:: Data for this exercise

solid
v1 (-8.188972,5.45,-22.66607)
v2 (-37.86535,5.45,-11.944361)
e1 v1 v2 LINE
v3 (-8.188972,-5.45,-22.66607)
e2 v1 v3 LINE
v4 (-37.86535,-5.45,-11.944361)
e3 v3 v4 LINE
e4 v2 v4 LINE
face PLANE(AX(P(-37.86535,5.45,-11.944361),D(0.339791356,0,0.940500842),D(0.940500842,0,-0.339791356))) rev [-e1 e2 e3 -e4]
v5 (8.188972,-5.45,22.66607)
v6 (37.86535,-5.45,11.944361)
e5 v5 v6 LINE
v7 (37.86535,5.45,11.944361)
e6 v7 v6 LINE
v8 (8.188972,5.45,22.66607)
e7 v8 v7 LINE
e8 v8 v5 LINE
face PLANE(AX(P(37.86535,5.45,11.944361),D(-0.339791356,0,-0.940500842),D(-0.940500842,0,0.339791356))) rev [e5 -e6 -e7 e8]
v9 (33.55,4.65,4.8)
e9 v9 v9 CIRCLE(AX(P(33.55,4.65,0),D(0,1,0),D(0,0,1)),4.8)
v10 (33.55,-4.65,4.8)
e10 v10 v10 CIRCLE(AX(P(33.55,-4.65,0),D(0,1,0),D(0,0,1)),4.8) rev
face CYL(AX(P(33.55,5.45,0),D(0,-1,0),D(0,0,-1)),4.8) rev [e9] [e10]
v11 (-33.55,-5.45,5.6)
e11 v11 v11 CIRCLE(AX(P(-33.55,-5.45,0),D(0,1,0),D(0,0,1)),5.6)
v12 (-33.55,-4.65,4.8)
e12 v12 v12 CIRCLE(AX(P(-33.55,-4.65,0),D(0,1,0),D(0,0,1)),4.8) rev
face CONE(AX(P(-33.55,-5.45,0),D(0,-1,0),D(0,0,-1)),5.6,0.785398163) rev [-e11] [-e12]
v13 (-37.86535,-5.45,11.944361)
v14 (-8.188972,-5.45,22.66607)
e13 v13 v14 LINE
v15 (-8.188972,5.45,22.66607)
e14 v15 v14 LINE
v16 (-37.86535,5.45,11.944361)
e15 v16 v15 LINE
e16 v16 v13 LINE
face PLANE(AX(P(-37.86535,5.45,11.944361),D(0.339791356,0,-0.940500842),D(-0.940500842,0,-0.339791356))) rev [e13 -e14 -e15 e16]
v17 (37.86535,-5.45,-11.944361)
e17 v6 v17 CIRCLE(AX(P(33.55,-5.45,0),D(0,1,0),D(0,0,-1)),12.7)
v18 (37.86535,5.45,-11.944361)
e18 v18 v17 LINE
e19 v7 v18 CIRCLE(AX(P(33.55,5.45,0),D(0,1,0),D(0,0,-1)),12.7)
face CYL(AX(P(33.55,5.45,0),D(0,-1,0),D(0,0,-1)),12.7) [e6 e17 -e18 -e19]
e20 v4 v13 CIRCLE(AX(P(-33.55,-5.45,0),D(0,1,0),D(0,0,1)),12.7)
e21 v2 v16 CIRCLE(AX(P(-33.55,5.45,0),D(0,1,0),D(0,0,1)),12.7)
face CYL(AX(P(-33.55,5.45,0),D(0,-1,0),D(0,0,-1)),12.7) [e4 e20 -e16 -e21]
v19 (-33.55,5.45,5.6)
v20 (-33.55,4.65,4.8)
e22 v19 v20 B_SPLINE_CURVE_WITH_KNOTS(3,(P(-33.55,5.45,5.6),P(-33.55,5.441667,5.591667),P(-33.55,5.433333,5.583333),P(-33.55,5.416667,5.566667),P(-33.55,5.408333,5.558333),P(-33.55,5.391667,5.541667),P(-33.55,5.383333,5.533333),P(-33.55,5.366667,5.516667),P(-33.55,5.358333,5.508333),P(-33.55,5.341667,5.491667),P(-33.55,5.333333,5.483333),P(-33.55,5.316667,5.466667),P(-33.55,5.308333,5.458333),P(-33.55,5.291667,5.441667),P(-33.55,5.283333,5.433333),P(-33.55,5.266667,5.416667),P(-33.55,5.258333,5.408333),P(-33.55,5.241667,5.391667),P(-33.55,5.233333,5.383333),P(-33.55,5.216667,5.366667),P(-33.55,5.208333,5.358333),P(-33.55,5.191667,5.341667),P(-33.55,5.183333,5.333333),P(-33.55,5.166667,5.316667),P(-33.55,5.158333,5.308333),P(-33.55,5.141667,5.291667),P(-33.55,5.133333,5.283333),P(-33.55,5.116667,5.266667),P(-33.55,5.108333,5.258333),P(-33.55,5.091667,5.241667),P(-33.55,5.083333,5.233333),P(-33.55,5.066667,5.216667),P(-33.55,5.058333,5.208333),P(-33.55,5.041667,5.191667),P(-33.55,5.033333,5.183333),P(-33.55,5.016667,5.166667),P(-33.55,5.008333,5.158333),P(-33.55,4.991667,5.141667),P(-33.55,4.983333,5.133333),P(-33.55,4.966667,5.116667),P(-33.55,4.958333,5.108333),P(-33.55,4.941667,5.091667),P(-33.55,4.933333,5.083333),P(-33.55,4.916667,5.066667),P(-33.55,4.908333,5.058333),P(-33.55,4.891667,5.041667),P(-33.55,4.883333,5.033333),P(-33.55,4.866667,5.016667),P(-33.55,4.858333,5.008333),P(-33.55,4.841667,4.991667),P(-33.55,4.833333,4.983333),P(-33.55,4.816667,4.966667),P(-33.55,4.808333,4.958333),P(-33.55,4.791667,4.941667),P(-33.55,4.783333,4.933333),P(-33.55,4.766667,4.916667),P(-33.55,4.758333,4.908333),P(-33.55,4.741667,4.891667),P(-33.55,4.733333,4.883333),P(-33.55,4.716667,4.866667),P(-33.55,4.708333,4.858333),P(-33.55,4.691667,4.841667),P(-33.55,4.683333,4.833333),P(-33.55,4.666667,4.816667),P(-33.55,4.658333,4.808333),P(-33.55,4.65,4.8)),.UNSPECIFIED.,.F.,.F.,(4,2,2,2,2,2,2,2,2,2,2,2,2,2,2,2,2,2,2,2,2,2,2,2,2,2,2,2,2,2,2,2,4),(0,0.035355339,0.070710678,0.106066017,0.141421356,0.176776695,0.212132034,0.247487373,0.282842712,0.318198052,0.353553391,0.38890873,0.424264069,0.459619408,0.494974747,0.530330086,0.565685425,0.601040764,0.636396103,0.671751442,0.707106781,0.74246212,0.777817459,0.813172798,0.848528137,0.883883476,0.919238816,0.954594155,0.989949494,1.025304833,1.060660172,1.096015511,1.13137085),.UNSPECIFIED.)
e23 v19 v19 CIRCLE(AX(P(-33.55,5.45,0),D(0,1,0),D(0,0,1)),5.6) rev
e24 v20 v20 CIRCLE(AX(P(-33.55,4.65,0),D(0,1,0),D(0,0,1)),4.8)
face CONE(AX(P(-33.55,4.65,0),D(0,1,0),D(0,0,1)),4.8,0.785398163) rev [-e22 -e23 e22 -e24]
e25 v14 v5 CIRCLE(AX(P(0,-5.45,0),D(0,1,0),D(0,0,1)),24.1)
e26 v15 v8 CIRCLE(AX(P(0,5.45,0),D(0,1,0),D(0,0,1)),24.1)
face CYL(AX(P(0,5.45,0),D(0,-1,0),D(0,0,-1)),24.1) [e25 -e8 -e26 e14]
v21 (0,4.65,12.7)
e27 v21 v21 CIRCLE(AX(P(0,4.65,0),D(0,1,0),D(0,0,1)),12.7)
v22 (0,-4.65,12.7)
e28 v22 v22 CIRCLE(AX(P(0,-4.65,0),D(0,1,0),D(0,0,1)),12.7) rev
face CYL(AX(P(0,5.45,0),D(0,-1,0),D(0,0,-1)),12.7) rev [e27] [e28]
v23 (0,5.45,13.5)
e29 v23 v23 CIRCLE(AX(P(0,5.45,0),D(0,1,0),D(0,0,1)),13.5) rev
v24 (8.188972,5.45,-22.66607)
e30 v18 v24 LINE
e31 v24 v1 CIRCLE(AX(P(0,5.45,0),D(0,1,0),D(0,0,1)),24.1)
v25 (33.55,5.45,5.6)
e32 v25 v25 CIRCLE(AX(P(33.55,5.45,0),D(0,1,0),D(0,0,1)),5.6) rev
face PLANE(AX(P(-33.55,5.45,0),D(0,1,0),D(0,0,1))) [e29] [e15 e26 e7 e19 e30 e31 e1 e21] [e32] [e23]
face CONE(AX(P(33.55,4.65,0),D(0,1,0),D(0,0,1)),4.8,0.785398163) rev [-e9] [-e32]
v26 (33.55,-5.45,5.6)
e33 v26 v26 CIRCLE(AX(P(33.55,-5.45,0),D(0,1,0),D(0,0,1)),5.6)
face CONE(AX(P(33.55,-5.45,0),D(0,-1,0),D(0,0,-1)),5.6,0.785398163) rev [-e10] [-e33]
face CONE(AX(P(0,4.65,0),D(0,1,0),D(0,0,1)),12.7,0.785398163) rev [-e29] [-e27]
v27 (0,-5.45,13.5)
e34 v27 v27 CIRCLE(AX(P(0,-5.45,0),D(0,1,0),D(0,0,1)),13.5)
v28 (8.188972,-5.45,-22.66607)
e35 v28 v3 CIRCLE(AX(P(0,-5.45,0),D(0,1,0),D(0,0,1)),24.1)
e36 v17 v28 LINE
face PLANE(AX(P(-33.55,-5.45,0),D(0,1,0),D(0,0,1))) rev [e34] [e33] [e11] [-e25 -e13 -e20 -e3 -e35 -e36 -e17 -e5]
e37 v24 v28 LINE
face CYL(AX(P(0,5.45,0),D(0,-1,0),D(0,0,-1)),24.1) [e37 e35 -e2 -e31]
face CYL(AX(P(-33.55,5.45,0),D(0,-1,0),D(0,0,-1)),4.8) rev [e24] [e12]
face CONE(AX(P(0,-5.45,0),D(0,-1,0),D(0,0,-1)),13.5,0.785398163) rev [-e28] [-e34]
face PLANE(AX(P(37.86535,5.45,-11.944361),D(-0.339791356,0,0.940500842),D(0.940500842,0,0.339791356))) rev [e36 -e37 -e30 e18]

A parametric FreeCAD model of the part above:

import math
import FreeCAD as App
import Part
import Sketcher
from FreeCAD import Vector


def edges_at(feature, points):
    """Names of the edges that pass closest to the given points."""
    edges = feature.Shape.Edges
    near = lambda p: min(range(len(edges)), key=lambda i: edges[i].distToShape(Part.Vertex(*p))[0])
    return sorted({f"Edge{near(p) + 1}" for p in points})

doc = App.newDocument("Part")
body = doc.addObject("PartDesign::Body", "Body")

# Sketch on XZ plane
sketch1 = body.newObject("Sketcher::SketchObject", "Sketch")
sketch1.AttachmentSupport = (doc.getObject("XZ_Plane"), [""])
sketch1.MapMode = "FlatFace"
sketch1.addGeometry(Part.LineSegment(Vector(-8.2, -22.7, 0), Vector(-37.9, -11.9, 0)), False)
sketch1.addGeometry(Part.ArcOfCircle(Part.Circle(Vector(-33.5, 0, 0), Vector(0, 0, 1), 12.7), math.radians(110), math.radians(250)), False)
sketch1.addGeometry(Part.LineSegment(Vector(-37.9, 11.9, 0), Vector(-8.2, 22.7, 0)), False)
sketch1.addGeometry(Part.ArcOfCircle(Part.Circle(Vector(0, 0, 0), Vector(0, 0, 1), 24.1), math.radians(70), math.radians(110)), False)
sketch1.addGeometry(Part.LineSegment(Vector(8.2, 22.7, 0), Vector(37.9, 11.9, 0)), False)
sketch1.addGeometry(Part.ArcOfCircle(Part.Circle(Vector(33.5, 0, 0), Vector(0, 0, 1), 12.7), math.radians(-70), math.radians(70)), False)
sketch1.addGeometry(Part.LineSegment(Vector(37.9, -11.9, 0), Vector(8.2, -22.7, 0)), False)
sketch1.addGeometry(Part.ArcOfCircle(Part.Circle(Vector(0, 0, 0), Vector(0, 0, 1), 24.1), math.radians(-110), math.radians(-70)), False)
sketch1.addGeometry(Part.Circle(Vector(33.5, 0, 0), Vector(0, 0, 1), 4.8), False)
sketch1.addGeometry(Part.Circle(Vector(0, 0, 0), Vector(0, 0, 1), 12.7), False)
sketch1.addGeometry(Part.Circle(Vector(-33.5, 0, 0), Vector(0, 0, 1), 4.8), False)
sketch1.addConstraint(Sketcher.Constraint("Tangent", 0, 2, 1, 2))
sketch1.addConstraint(Sketcher.Constraint("Tangent", 1, 1, 2, 1))
sketch1.addConstraint(Sketcher.Constraint("Tangent", 2, 2, 3, 2))
sketch1.addConstraint(Sketcher.Constraint("Tangent", 3, 1, 4, 1))
sketch1.addConstraint(Sketcher.Constraint("Tangent", 4, 2, 5, 2))
sketch1.addConstraint(Sketcher.Constraint("Tangent", 5, 1, 6, 1))
sketch1.addConstraint(Sketcher.Constraint("Tangent", 6, 2, 7, 2))
sketch1.addConstraint(Sketcher.Constraint("Tangent", 7, 1, 0, 1))
sketch1.addConstraint(Sketcher.Constraint("Coincident", 3, 3, -1, 1))
sketch1.addConstraint(Sketcher.Constraint("Coincident", 7, 3, -1, 1))
sketch1.addConstraint(Sketcher.Constraint("Coincident", 9, 3, -1, 1))
sketch1.addConstraint(Sketcher.Constraint("Coincident", 8, 3, 5, 3))
sketch1.addConstraint(Sketcher.Constraint("Coincident", 10, 3, 1, 3))
sketch1.addConstraint(Sketcher.Constraint("Equal", 1, 5))
sketch1.addConstraint(Sketcher.Constraint("Equal", 3, 7))
sketch1.addConstraint(Sketcher.Constraint("Equal", 5, 9))
sketch1.addConstraint(Sketcher.Constraint("Equal", 8, 10))
sketch1.addConstraint(Sketcher.Constraint("Symmetric", 1, 3, 5, 3, -1, 1))
sketch1.addConstraint(Sketcher.Constraint("PointOnObject", 1, 3, -1))
sketch1.addConstraint(Sketcher.Constraint("Diameter", 8, 9.6))
sketch1.addConstraint(Sketcher.Constraint("Diameter", 9, 25.4))
sketch1.addConstraint(Sketcher.Constraint("Radius", 3, 24.1))
sketch1.addConstraint(Sketcher.Constraint("DistanceX", 1, 3, 5, 3, 67.1))
pad1 = body.newObject("PartDesign::Pad", "Pad")
pad1.Profile = sketch1
pad1.Length = 10.9
pad1.Midplane = True
doc.recompute()

chamfer = body.newObject("PartDesign::Chamfer", "Chamfer")
chamfer.Base = (pad1, edges_at(pad1, [
    (-33.55, -5.45, -4.8),
    (-33.55, 5.45, -4.8),
    (33.55, -5.45, -4.8),
    (33.55, 5.45, -4.8),
    (0, -5.45, -12.7),
    (0, 5.45, -12.7),
]))
chamfer.Size = 0.8

doc.recompute()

::::

Problem details »
In the listing above, locate the line with "e35 v28 v3 CIRCLE(AX(P(0,-5.45,0),D(0,1,0),D(0,0,1)),24.1)" and the line with "face CYL(AX(P(0,5.45,0),D(0,-1,0),D(0,0,-1)),24.1) [e37", then extract exactly those lines and every line between them, and nothing more.

Solution below »
e35 v28 v3 CIRCLE(AX(P(0,-5.45,0),D(0,1,0),D(0,0,1)),24.1)
e36 v17 v28 LINE
face PLANE(AX(P(-33.55,-5.45,0),D(0,1,0),D(0,0,1))) rev [e34] [e33] [e11] [-e25 -e13 -e20 -e3 -e35 -e36 -e17 -e5]
e37 v24 v28 LINE
face CYL(AX(P(0,5.45,0),D(0,-1,0),D(0,0,-1)),24.1) [e37 e35 -e2 -e31]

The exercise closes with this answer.